Tension is apparent between management of this caseload to reduce pressure on the ambulance service and management of these callers in response to their needs. In some cases the processes for managing the care of people who call frequently were led by staff in operational management roles, in others care was clearly within the remit of clinical members of staff. The aims of the services reflected this tension. Where the response was primarily ‘within-service’, aims tended to focus on reducing calls, with an emphasis on managing the behaviour of people making high use of the emergency ambulance service. Referral of callers to the police for anti-social behaviour management or prosecution was reported as an option. By contrast, the cross-service partnerships used a ‘case management’ type model, seeking to resolve callers’ clinical, social or emotional needs. Reflecting this tension, multi-disciplinary teams included clinicians, health service managers, voluntary sector representatives and the police.

Previous research has shown that people who frequently call emergency ambulance services may be vulnerable and unable to access more appropriate services, such as primary care [5, 8, 11,12,13,14]. They appear to seek help through this route because other available services do not meet their complex needs, particularly during evenings and weekends. However, the emergency ambulance route to help-seeking may often be unsuccessful and inefficient, for them individually and for the NHS. It has potential consequences also for other patients who do not get the speedy response required when in urgent need, as resources are tied up with patients who may not need acute care. There is a conflict between the time required for appropriate assessment, onward referral, management planning and operational pressures of emergency work. Services are being pressured by commissioners to reduce times spent on scene and to reduce conveyance to ED, again reflecting the tensions inherent in provision of care to patients with complex needs. Over the longer term these policies and pulls should work together if effective, but in the short term there may be increased on-scene times which can be regarded as an additional burden on the emergency care service. Multi-disciplinary case management approaches with strong emergency ambulance service involvement may reduce demand on emergency services and emergency hospital admissions because people are effectively treated [25,26,27].

Future research

The introduction of case management has potential to achieve safe and equitable out-of-hospital care for patients who call the emergency ambulance service frequently, whilst avoiding shifting patients to another part of the emergency care system without their needs being met. However, additional research is required to determine whether case management is effective in practice in this setting [20, 28]. The recently funded quasi-experimental STRETCHED study (National Institute of Health Research (NIHR) HS&DR 180302) investigates the effectiveness of case management approaches for people who make high use of the emergency ambulance service. We will investigate what helps case management to work, and what hinders the implementation and effective functioning of this model.
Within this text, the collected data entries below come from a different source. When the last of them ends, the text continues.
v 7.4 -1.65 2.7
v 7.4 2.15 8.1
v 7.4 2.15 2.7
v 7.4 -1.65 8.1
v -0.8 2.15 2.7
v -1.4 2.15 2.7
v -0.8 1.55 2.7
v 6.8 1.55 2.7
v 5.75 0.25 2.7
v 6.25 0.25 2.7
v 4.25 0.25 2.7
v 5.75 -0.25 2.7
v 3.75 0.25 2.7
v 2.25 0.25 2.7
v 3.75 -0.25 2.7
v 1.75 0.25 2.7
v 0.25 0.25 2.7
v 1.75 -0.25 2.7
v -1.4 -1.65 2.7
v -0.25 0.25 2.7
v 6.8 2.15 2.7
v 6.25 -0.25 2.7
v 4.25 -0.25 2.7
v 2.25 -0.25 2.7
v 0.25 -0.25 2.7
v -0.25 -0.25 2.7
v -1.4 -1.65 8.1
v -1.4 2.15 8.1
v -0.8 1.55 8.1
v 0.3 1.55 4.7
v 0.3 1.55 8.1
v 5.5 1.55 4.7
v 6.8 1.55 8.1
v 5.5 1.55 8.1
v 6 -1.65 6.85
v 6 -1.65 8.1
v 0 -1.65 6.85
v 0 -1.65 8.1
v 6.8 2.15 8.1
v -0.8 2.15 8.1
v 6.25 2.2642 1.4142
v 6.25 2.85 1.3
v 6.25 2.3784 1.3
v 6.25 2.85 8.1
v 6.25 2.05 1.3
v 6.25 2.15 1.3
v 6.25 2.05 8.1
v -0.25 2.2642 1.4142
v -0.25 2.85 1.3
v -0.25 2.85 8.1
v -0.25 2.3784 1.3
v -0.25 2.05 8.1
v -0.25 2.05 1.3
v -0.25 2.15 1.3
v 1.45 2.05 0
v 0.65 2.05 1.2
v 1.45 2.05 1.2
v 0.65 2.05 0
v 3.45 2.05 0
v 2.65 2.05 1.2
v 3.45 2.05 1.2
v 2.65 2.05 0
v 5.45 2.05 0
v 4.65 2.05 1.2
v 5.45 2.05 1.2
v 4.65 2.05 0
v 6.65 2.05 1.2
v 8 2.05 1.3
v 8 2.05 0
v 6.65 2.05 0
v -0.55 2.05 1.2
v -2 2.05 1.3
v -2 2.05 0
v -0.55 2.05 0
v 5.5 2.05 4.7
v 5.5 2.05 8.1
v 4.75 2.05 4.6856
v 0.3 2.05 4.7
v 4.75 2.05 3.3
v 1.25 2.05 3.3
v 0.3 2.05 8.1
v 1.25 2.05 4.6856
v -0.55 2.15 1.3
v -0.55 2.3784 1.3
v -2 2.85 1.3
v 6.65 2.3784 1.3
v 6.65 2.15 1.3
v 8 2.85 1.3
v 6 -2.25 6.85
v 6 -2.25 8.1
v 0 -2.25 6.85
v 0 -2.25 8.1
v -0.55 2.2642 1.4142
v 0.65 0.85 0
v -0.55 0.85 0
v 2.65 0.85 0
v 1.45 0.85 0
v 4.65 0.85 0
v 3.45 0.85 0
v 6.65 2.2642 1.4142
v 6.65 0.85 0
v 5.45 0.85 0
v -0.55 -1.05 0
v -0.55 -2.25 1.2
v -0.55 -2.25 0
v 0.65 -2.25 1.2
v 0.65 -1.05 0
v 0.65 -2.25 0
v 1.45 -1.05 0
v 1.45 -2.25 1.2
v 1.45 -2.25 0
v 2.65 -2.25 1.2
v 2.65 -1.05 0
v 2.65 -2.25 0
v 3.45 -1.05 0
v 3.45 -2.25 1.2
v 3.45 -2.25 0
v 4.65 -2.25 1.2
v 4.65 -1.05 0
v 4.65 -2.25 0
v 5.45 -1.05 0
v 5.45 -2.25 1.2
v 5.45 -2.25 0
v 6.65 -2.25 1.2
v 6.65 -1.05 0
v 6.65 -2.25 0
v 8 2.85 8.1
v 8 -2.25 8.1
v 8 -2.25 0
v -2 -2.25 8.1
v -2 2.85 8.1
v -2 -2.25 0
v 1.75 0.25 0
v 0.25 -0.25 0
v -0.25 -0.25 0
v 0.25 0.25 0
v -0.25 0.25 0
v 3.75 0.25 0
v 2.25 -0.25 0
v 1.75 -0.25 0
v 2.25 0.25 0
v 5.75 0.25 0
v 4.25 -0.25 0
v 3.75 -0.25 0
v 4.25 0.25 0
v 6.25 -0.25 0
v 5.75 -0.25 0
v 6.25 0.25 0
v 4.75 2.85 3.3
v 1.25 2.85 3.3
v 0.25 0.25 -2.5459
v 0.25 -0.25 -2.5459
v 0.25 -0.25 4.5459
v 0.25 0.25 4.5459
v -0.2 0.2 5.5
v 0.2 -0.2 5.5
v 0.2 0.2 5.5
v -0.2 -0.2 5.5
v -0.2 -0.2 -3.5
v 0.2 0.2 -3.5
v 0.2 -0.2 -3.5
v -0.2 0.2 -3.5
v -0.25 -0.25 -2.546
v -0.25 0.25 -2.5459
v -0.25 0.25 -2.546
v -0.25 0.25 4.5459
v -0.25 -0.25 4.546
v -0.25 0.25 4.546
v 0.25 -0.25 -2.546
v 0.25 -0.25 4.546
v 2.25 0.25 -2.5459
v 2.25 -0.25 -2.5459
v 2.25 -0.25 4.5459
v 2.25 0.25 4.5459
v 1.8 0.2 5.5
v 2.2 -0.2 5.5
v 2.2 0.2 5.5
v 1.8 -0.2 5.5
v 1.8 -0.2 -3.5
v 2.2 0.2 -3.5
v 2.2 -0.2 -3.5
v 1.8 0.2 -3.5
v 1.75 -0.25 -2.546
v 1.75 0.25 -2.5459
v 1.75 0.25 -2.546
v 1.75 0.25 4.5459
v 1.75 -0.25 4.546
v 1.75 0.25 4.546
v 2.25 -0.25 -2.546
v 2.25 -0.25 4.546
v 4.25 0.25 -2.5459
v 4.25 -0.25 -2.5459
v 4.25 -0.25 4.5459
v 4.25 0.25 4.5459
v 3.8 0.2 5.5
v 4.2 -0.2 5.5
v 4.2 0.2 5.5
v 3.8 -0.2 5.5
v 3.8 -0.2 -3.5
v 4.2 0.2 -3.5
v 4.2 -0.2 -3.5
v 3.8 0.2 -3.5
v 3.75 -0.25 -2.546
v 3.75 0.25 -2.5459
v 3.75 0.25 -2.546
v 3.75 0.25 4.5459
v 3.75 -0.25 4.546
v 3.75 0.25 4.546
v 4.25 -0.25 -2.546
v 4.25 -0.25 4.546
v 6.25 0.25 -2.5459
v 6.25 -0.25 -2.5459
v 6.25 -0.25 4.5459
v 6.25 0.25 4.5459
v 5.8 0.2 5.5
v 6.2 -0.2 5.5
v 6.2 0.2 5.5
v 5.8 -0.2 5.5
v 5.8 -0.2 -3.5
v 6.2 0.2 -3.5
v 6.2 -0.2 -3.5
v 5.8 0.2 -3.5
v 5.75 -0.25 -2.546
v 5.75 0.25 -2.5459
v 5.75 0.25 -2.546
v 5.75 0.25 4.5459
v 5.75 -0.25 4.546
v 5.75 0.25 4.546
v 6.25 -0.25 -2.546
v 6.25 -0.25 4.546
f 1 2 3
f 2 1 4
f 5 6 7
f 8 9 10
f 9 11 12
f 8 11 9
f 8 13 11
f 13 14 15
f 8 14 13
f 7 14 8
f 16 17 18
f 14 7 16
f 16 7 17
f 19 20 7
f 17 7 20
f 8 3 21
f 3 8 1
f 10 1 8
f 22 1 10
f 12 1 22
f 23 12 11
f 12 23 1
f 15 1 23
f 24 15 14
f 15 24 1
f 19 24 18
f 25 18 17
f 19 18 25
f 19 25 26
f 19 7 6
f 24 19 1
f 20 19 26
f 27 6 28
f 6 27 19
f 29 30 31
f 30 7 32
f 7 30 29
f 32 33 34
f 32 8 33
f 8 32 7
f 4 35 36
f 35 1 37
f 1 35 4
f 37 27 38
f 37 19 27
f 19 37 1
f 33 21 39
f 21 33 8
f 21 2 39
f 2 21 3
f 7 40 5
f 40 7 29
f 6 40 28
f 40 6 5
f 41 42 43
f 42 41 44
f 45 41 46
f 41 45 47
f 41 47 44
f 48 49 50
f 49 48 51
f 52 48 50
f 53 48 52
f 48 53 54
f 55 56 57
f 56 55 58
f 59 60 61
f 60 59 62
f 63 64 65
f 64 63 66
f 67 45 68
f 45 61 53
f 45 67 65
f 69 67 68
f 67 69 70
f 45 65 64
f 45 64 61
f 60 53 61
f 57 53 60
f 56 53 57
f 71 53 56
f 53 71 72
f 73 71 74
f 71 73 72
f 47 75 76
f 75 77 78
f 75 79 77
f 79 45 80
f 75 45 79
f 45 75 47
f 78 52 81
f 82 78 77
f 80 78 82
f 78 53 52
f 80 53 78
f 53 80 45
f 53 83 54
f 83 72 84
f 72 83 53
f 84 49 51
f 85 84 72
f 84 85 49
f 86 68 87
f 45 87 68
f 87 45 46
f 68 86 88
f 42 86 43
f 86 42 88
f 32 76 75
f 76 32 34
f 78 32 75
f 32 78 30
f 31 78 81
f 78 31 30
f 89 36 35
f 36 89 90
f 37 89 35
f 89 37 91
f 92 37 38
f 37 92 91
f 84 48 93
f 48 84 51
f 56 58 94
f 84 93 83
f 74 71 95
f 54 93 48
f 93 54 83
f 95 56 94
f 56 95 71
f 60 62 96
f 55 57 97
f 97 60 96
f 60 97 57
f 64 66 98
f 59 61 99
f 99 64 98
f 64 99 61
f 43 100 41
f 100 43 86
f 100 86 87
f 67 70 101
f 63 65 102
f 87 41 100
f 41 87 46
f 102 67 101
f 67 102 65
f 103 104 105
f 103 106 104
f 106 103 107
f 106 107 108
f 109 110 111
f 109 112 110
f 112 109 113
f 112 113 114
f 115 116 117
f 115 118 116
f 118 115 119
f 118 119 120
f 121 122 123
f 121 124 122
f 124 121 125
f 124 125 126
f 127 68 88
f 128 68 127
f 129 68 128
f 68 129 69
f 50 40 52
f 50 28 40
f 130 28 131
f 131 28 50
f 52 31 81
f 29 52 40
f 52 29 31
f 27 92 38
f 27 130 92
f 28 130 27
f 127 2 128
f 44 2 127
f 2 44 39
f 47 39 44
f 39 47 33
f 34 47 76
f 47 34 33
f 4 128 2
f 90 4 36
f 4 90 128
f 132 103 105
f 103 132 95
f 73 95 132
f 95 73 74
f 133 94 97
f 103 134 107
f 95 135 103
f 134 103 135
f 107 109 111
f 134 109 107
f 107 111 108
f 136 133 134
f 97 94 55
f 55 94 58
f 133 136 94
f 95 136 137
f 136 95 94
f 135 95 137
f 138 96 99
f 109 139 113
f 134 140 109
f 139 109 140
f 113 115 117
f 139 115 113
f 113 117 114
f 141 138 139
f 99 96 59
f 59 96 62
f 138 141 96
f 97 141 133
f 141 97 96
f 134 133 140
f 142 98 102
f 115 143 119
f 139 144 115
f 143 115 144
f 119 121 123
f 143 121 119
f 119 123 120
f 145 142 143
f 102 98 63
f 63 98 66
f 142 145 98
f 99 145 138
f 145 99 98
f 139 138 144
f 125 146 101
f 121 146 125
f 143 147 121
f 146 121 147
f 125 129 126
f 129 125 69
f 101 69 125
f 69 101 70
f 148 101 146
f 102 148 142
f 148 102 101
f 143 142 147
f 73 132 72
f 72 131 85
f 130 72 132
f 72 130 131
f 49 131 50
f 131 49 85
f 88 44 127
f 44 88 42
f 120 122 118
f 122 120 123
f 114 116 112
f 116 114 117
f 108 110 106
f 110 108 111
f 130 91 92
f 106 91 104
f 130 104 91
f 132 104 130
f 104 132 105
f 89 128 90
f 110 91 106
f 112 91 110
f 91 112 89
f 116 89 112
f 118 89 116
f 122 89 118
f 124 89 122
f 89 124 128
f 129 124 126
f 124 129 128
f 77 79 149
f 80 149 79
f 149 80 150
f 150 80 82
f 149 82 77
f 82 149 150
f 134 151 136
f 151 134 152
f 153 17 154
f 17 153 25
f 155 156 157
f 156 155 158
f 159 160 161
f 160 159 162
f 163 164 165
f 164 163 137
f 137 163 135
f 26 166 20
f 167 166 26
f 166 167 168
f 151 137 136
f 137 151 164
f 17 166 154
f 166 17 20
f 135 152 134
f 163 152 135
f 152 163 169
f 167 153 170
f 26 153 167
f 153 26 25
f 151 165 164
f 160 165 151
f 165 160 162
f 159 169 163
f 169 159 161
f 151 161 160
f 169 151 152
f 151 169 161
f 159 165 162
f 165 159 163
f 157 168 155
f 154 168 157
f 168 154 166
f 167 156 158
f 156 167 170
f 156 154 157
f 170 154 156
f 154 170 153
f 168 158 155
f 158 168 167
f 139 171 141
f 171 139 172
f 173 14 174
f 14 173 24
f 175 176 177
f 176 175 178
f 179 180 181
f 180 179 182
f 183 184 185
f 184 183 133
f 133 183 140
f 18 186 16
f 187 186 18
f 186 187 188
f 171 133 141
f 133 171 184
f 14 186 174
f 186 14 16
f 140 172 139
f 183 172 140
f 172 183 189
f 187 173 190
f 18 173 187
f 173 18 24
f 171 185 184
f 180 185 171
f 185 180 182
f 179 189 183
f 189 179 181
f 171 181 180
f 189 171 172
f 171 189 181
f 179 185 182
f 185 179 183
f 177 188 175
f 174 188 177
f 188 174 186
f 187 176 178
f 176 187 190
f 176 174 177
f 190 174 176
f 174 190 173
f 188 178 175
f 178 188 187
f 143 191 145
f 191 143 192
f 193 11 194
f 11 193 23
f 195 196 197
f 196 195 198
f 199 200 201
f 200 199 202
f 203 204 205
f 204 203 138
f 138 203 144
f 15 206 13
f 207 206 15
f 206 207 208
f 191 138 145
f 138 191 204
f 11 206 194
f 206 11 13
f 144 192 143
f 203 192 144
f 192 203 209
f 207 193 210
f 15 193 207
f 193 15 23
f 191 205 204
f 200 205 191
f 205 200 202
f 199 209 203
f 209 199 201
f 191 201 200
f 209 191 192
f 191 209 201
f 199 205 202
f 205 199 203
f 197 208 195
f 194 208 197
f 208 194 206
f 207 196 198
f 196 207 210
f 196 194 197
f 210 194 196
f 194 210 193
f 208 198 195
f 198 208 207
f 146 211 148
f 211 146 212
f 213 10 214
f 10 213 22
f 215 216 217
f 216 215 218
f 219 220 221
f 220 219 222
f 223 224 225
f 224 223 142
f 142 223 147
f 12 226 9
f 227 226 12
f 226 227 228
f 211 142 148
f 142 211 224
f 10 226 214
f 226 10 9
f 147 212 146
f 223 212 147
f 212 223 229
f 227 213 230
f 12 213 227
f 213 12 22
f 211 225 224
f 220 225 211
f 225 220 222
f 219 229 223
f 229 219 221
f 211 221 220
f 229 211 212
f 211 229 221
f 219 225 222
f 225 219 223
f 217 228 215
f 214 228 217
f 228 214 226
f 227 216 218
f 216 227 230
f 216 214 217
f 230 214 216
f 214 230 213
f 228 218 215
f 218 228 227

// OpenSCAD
module pin(pin_heigth=9,pin_size=0.5,pin_angle=3,pin_chanfer=0.05)
{
    epsilon=0.01;
    difference(){
        cube([pin_size,pin_size,pin_heigth]);
        translate([-epsilon,pin_size-pin_chanfer,0])rotate([-pin_angle,0,0])cube([pin_size+2*epsilon,pin_size,pin_heigth]);
        translate([-epsilon,pin_chanfer,0])rotate([pin_angle,0,0])translate([0,-pin_size,0])cube([pin_size+2*epsilon,pin_size,pin_heigth]);     
        translate([pin_size-pin_chanfer,-epsilon,0])rotate([0,pin_angle,0])cube([pin_size,pin_size+2*epsilon,pin_heigth]);
        translate([pin_chanfer,-epsilon,0])rotate([0,-pin_angle,0])translate([-pin_size,0,0])cube([pin_size,pin_size+2*epsilon,pin_heigth]);
        translate([-epsilon,pin_size-pin_chanfer,pin_heigth])rotate([pin_angle,0,0])translate([0,0,-pin_heigth])cube([pin_size+2*epsilon,pin_size,pin_heigth]);
        translate([-epsilon,pin_chanfer,pin_heigth])rotate([-pin_angle,0,0])translate([0,-pin_size,-pin_heigth])cube([pin_size+2*epsilon,pin_size,pin_heigth]);     
        translate([pin_size-pin_chanfer,-epsilon,pin_heigth])rotate([0,-pin_angle,0])translate([0,0,-pin_heigth])cube([pin_size,pin_size+2*epsilon,pin_heigth]);
        translate([pin_chanfer,-epsilon,pin_heigth])rotate([0,pin_angle,0])translate([-pin_size,0,-pin_heigth])cube([pin_size,pin_size+2*epsilon,pin_heigth]);
     
    }
}
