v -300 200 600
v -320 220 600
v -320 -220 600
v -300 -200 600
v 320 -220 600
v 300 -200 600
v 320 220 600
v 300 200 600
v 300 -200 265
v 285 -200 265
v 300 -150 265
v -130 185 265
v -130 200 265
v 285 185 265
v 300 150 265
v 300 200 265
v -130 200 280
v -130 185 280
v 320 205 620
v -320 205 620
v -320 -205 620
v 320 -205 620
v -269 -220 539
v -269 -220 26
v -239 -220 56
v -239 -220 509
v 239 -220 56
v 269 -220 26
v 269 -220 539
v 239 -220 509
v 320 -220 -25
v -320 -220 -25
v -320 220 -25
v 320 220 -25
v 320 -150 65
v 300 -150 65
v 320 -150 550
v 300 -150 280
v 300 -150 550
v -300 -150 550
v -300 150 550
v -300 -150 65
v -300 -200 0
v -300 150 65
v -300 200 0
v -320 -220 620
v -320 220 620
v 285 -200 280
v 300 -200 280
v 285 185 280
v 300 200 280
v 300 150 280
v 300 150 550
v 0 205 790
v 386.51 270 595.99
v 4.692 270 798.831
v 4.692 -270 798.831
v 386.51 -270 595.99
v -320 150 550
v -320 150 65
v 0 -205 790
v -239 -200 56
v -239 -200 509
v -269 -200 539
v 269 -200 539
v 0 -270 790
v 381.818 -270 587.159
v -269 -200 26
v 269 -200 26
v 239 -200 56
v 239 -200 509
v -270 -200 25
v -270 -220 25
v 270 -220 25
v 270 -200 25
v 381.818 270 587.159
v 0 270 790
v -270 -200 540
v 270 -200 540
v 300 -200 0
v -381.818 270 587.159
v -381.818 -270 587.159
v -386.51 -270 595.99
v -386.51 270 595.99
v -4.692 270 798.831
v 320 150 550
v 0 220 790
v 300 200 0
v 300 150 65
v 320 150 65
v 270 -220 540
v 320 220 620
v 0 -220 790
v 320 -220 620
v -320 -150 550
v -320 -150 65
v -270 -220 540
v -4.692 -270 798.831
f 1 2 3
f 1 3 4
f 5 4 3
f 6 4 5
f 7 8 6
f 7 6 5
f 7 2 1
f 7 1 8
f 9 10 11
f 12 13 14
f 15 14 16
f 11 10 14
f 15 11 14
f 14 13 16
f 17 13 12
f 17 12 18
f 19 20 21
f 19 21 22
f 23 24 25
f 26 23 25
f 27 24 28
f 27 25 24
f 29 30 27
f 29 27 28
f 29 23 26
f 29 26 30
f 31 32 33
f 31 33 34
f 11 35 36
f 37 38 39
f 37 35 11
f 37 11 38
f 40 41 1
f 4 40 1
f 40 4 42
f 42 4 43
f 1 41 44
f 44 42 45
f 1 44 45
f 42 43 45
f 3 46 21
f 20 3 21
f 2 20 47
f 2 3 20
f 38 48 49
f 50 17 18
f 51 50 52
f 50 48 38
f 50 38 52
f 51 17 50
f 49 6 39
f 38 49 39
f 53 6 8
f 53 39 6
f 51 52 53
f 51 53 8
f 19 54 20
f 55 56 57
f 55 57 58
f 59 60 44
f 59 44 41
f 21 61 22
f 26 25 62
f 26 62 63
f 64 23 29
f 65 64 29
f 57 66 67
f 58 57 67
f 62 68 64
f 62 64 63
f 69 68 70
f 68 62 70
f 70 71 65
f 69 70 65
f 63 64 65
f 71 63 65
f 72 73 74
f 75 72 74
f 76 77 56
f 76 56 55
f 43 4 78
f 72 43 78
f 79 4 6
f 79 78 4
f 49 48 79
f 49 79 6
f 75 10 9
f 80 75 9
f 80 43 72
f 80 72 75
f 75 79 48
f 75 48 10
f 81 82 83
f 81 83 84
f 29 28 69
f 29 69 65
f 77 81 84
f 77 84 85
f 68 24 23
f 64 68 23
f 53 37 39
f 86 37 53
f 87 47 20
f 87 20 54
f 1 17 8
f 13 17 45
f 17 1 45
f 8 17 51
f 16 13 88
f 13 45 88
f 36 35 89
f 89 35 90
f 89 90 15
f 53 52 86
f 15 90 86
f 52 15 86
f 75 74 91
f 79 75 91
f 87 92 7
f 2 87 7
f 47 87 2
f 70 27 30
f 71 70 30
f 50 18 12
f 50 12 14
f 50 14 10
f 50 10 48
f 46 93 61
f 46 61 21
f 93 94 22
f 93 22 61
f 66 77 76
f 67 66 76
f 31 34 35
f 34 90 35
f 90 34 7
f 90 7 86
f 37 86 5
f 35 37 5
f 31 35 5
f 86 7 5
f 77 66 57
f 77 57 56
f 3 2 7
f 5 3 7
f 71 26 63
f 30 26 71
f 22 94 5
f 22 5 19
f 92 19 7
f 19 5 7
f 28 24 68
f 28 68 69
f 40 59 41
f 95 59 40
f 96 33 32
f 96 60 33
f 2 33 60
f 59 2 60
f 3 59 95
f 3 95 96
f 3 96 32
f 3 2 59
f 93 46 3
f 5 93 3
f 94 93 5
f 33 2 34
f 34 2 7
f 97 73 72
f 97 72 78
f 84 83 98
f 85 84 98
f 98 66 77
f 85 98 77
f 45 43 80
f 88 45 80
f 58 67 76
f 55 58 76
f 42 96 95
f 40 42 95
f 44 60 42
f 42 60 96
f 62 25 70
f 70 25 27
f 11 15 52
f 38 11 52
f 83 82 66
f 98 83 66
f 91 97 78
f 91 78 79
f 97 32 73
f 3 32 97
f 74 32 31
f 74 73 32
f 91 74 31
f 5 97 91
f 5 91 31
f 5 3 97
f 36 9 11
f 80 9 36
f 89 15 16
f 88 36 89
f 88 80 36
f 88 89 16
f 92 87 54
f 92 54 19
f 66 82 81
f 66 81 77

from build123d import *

# Parameters (mm, degrees)
F0_W      = 640
F0_H      = 440
F0_W_2    = 600
F0_H_2    = 400
F1_DEPTH  = 600
F2_W      = 640
F2_H      = 440
F3_DEPTH  = 20
F4_W      = 300
F4_H      = 485
F5_DEPTH  = 20
F6_W      = 540
F6_H      = 515
F7_DEPTH  = 20
F8_W      = 300
F8_H      = 485
F9_DEPTH  = 640.001
F10_W     = 640
F10_H     = 440
F11_DEPTH = 25
F13_W     = 15
F13_H     = 15
F14_DEPTH = 400
F15_W     = 415
F15_H     = 15
F16_DEPTH = 15
F18_DEPTH = 15
F20_DEPTH = 15
F21_W     = 432.3534186399
F21_H     = 540
F23_DEPTH = 10
F22_W     = 432.3534186399
F22_H     = 540
F24_DEPTH = 10
F25_W     = 538
F25_H     = 513
F25_W_2   = 478
F25_H_2   = 453
F26_DEPTH = 20


with BuildPart() as f1:
    # F0 (on Top) → F1 (new body)
    with BuildSketch(Plane.XY):
        Rectangle(F0_W, F0_H)
        Rectangle(F0_W_2, F0_H_2, mode=Mode.SUBTRACT)
    extrude(amount=F1_DEPTH)

    # F4 (on face) → F5 (cut)
    with BuildSketch(Plane.YZ.offset(320)):
        with Locations((0, 307.5)):
            Rectangle(F4_W, F4_H)
    extrude(amount=-F5_DEPTH, mode=Mode.SUBTRACT)

    # F6 (on face) → F7 (cut)
    with BuildSketch(Plane.XZ.offset(220)):
        with Locations((0, 282.5)):
            Rectangle(F6_W, F6_H)
    extrude(amount=-F7_DEPTH, mode=Mode.SUBTRACT)

    # F8 (on face) → F9 (cut, through all)
    with BuildSketch(Plane(origin=(-320, 0, 0), x_dir=(0, -1, 0), z_dir=(-1, 0, 0))):
        with Locations((0, 307.5)):
            Rectangle(F8_W, F8_H)
    extrude(amount=-F9_DEPTH, mode=Mode.SUBTRACT)

    # F10 (on face) → F11 (join)
    with BuildSketch(Plane(origin=(0, 0, 0), x_dir=(1, 0, 0), z_dir=(0, 0, -1))):
        Rectangle(F10_W, F10_H)
    extrude(amount=F11_DEPTH)

    # F13 (on face) → F14 (join, through all)
    with BuildSketch(Plane.XZ.offset(-200)):
        with Locations((292.5, 272.5)):
            Rectangle(F13_W, F13_H)
    extrude(amount=F14_DEPTH)

    # F15 (on face) → F16 (join)
    with BuildSketch(Plane.XZ.offset(-200)):
        with Locations((77.5, 272.5)):
            Rectangle(F15_W, F15_H)
    extrude(amount=F16_DEPTH)


with BuildPart() as f3:
    # F2 (on face) → F3 (new body)
    with BuildSketch(Plane.XY.offset(600)):
        Rectangle(F2_W, F2_H)
    extrude(amount=F3_DEPTH)

    # F17 (on face) → F18 (join)
    with BuildSketch(Plane.XZ.offset(220)):
        Polygon((0, 790), (-320, 620), (320, 620), align=None)
    extrude(amount=-F18_DEPTH)

    # F19 (on face) → F20 (join)
    with BuildSketch(Plane(origin=(0, 220, 0), x_dir=(-1, 0, 0), z_dir=(0, 1, 0))):
        Polygon((0, 790), (-320, 620), (320, 620), align=None)
    extrude(amount=-F20_DEPTH)


with BuildPart() as f23:
    # F21 (on face) → F23 (new body)
    with BuildSketch(Plane(origin=(-327.3115003808, 0, 616.1157654227), x_dir=(0.8831157195, 0, 0.469155226), z_dir=(-0.469155226, 0, 0.8831157195))):
        with Locations((154.4559191898, 0)):
            Rectangle(F21_W, F21_H)
    extrude(amount=F23_DEPTH)


with BuildPart() as f24:
    # F22 (on face) → F24 (new body)
    with BuildSketch(Plane(origin=(327.3115003808, 0, 616.1157654227), x_dir=(0.8831157195, 0, -0.469155226), z_dir=(0.469155226, 0, 0.8831157195))):
        with Locations((-154.4559191898, 0)):
            Rectangle(F22_W, F22_H)
    extrude(amount=F24_DEPTH)


with BuildPart() as f26:
    # F25 (on face) → F26 (new body)
    with BuildSketch(Plane.XZ.offset(220)):
        with Locations((0, 282.5)):
            Rectangle(F25_W, F25_H)
        with Locations((0, 282.5)):
            Rectangle(F25_W_2, F25_H_2, mode=Mode.SUBTRACT)
    extrude(amount=-F26_DEPTH)


solid = Compound([f1.part, f3.part, f23.part, f24.part, f26.part])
Results of the STRETCHED evaluation will inform policy and practice to support people who make high use of the emergency ambulance service. Many services have implemented case management approaches in at least one area, but with limited evidence of effectiveness of efficiency.

Conclusions

Ambulance services are under pressure to meet challenging response times for high acuity patients. Tensions are apparent in the provision of care to patients who have complex needs and call frequently. Within service care focused mainly on reducing calls whilst multi-disciplinary case management aimed to resolve clinical and emotional needs of patients. However, there is currently inadequate evidence to inform commissioning, policy or practice development.